Im Westen viel Neues
Entdeckungen aus der Westschweiz
Text: Anick Goumaz; Fotos: GettyImages / phbcz, Anick Goumaz
Die Weinbauszene in der Westschweiz entwickelt sich dynamisch. Bei Verkostungen und Wettbewerben überraschen immer wieder Weine, deren Produzenten in der Deutschschweiz noch wenig bekannt sind. Hier die Porträts von zwei solchen Aufsteigern: die Domaine de l'Iris in Bonvillars im nördlichen Waadtland und Sélection Comby in Chamoson (Wallis).
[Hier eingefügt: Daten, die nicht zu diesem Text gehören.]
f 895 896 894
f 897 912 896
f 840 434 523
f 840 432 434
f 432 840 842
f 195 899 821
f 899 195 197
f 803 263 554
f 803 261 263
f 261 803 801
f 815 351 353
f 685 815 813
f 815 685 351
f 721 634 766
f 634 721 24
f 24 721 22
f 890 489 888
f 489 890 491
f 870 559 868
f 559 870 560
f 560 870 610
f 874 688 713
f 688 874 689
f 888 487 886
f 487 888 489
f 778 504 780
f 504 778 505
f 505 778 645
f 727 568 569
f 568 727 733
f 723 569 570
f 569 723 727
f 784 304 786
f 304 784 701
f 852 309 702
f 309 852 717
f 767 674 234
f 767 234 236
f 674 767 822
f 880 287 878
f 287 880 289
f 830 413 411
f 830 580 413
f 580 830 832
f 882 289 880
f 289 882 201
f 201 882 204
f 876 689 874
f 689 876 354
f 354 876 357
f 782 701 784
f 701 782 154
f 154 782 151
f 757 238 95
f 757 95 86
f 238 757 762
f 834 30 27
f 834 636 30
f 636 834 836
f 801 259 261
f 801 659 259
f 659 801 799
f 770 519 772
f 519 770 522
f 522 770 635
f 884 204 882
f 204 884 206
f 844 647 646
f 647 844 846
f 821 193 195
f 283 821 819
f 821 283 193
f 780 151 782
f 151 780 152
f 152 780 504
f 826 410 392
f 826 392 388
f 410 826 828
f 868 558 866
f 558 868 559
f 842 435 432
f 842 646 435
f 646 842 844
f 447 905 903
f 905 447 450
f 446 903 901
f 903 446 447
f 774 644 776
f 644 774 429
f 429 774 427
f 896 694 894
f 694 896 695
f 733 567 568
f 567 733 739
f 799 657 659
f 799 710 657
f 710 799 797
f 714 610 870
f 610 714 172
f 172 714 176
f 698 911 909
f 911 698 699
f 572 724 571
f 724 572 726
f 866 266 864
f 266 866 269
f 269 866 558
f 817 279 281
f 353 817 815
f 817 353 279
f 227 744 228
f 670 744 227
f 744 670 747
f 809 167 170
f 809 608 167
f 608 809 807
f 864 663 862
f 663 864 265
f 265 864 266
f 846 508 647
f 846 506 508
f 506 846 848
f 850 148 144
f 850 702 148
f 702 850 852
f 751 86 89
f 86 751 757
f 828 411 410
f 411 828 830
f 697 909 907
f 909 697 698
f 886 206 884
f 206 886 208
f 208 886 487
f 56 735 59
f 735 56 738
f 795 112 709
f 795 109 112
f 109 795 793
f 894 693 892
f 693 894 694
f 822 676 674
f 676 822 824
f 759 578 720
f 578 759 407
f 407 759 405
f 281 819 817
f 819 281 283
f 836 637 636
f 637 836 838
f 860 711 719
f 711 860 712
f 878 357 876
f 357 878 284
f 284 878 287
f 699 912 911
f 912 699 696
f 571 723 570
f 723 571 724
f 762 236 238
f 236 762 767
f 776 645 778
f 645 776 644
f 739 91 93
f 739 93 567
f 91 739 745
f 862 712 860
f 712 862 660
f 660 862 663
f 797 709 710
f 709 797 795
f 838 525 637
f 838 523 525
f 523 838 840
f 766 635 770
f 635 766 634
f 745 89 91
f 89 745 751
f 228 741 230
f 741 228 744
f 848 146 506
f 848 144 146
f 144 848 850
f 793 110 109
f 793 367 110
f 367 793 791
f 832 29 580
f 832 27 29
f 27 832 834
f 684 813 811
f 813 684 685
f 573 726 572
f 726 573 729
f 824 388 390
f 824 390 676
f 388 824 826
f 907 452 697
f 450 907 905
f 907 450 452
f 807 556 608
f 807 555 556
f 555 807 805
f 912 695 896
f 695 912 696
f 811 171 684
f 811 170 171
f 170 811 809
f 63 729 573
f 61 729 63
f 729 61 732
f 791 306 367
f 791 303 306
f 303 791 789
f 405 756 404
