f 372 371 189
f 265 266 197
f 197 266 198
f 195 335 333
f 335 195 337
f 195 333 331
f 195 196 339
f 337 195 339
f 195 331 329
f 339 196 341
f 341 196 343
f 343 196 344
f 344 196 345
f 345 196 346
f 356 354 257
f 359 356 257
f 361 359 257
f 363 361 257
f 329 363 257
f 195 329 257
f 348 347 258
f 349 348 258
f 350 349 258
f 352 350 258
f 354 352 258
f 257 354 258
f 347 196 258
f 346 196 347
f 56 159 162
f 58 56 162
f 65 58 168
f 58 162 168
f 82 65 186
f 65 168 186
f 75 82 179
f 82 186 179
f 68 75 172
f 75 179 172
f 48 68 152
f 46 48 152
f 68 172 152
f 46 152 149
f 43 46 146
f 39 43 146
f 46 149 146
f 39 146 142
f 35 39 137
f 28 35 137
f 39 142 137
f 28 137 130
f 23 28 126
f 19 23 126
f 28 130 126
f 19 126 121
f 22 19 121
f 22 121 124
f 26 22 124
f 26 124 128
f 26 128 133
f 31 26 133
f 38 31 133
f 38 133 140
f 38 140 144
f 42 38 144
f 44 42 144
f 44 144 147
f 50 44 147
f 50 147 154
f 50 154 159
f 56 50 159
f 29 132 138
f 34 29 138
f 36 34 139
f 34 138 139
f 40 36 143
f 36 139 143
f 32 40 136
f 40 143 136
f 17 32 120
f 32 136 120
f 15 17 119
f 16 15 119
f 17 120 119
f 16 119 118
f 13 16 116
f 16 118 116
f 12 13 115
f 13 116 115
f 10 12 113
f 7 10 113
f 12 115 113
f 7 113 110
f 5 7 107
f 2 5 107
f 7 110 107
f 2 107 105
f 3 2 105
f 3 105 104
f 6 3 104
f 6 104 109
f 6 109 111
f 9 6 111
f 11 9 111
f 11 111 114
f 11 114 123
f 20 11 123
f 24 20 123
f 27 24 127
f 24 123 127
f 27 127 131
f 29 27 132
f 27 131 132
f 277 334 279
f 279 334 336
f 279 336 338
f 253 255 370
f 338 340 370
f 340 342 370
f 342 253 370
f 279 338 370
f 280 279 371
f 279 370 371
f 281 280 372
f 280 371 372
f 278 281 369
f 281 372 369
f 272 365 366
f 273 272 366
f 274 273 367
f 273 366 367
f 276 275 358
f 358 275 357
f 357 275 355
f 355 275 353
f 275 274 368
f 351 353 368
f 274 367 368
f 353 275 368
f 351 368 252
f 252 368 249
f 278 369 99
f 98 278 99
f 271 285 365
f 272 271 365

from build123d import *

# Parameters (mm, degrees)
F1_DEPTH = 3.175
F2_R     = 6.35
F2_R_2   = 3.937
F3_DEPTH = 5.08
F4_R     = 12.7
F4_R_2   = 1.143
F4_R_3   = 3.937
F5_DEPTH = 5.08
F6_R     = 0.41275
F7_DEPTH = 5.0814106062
Domaine de l’Iris, Bonvillars VD
Wenn Träume wahr werden
Bis zum Abschluss der Bauarbeiten im neu erworbenen Gebäude, die voraussichtlich im Mai 2023 abgeschlossen sind, empfangen uns Samuel Forestier und Camille Jaton in ihrem Esszimmer mit der gleichen Herzlichkeit, die man guten Freunden entgegenbringt. Während die Spielsachen ihrer beiden Kinder nicht weit sind, ist es ihnen gelungen, die zehn Cuvées der jungen Produktreihe, die mit dem Jahrgang 2021 gestartet wurde, gelungen in Szene zu setzen. Entspannt erzählen sie von ihren Anfängen als Winzer und zukünftige Selbstkelterer. Bevor das junge Paar seine eigenen Weine auf den Markt brachte, lieferte es die Trauben der Weinlese 2019 und 2020 an die Cave des Viticulteurs de Bonvillars, eine der grössten Genossenschaften im Waadtland. Die Familie Forestier besitzt jedoch schon viel länger eine bescheidene Rebfläche, die früher an andere Landwirte verpachtet war. Hier gedeihen Pinot-Reben, tief verwurzelt in kalkhaltigen Terroirs, die kühl und zugleich sonnenexponiert sind. Als Samuel und Camille den Familienbetrieb mit Schwerpunkt Kartoffelanbau übernahmen, wollten sie sich mit ihren 1,5 Hektar Rebfläche in das Abenteuer Weinbau stürzen. Ihre Motivation: ein Produkt von A bis Z zu beherrschen und mehr Selbstständigkeit zu erlangen.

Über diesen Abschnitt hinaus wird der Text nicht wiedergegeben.